Records for the exercise Block Start

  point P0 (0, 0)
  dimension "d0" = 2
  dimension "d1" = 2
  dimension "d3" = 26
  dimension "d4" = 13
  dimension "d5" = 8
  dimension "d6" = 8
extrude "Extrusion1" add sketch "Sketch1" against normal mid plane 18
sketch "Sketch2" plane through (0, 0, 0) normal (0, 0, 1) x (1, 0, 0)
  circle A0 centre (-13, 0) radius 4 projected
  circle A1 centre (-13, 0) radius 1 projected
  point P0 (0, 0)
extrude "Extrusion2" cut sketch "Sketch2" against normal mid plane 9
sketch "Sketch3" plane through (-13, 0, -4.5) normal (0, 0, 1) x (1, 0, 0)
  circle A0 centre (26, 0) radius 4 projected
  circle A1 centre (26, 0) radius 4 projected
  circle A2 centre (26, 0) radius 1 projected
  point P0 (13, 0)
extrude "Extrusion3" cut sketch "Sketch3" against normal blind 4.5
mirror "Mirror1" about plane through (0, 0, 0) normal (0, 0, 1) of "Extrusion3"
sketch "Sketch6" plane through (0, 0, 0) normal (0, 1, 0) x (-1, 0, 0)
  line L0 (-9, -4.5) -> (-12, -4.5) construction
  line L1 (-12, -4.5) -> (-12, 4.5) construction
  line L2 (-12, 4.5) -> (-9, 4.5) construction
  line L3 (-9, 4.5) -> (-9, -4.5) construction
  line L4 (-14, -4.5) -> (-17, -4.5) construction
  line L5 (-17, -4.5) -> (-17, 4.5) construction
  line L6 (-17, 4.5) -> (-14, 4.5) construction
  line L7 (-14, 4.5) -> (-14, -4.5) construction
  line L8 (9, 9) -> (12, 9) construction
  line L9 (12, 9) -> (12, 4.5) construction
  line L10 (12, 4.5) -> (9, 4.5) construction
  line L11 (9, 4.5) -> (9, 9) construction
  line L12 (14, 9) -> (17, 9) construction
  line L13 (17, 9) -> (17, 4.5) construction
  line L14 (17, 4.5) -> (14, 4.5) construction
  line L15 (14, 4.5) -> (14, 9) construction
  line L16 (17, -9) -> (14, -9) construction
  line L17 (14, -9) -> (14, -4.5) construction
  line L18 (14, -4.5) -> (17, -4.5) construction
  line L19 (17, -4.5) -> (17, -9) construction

Records for the exercise Block End

Your instructions ->
Repeat each line of the data above, exactly as it appears, from the first through the line that contains "line L0 (-9, -4.5)".

Exercise response ->
  point P0 (0, 0)
  dimension "d0" = 2
  dimension "d1" = 2
  dimension "d3" = 26
  dimension "d4" = 13
  dimension "d5" = 8
  dimension "d6" = 8
extrude "Extrusion1" add sketch "Sketch1" against normal mid plane 18
sketch "Sketch2" plane through (0, 0, 0) normal (0, 0, 1) x (1, 0, 0)
  circle A0 centre (-13, 0) radius 4 projected
  circle A1 centre (-13, 0) radius 1 projected
  point P0 (0, 0)
extrude "Extrusion2" cut sketch "Sketch2" against normal mid plane 9
sketch "Sketch3" plane through (-13, 0, -4.5) normal (0, 0, 1) x (1, 0, 0)
  circle A0 centre (26, 0) radius 4 projected
  circle A1 centre (26, 0) radius 4 projected
  circle A2 centre (26, 0) radius 1 projected
  point P0 (13, 0)
extrude "Extrusion3" cut sketch "Sketch3" against normal blind 4.5
mirror "Mirror1" about plane through (0, 0, 0) normal (0, 0, 1) of "Extrusion3"
sketch "Sketch6" plane through (0, 0, 0) normal (0, 1, 0) x (-1, 0, 0)
  line L0 (-9, -4.5) -> (-12, -4.5) construction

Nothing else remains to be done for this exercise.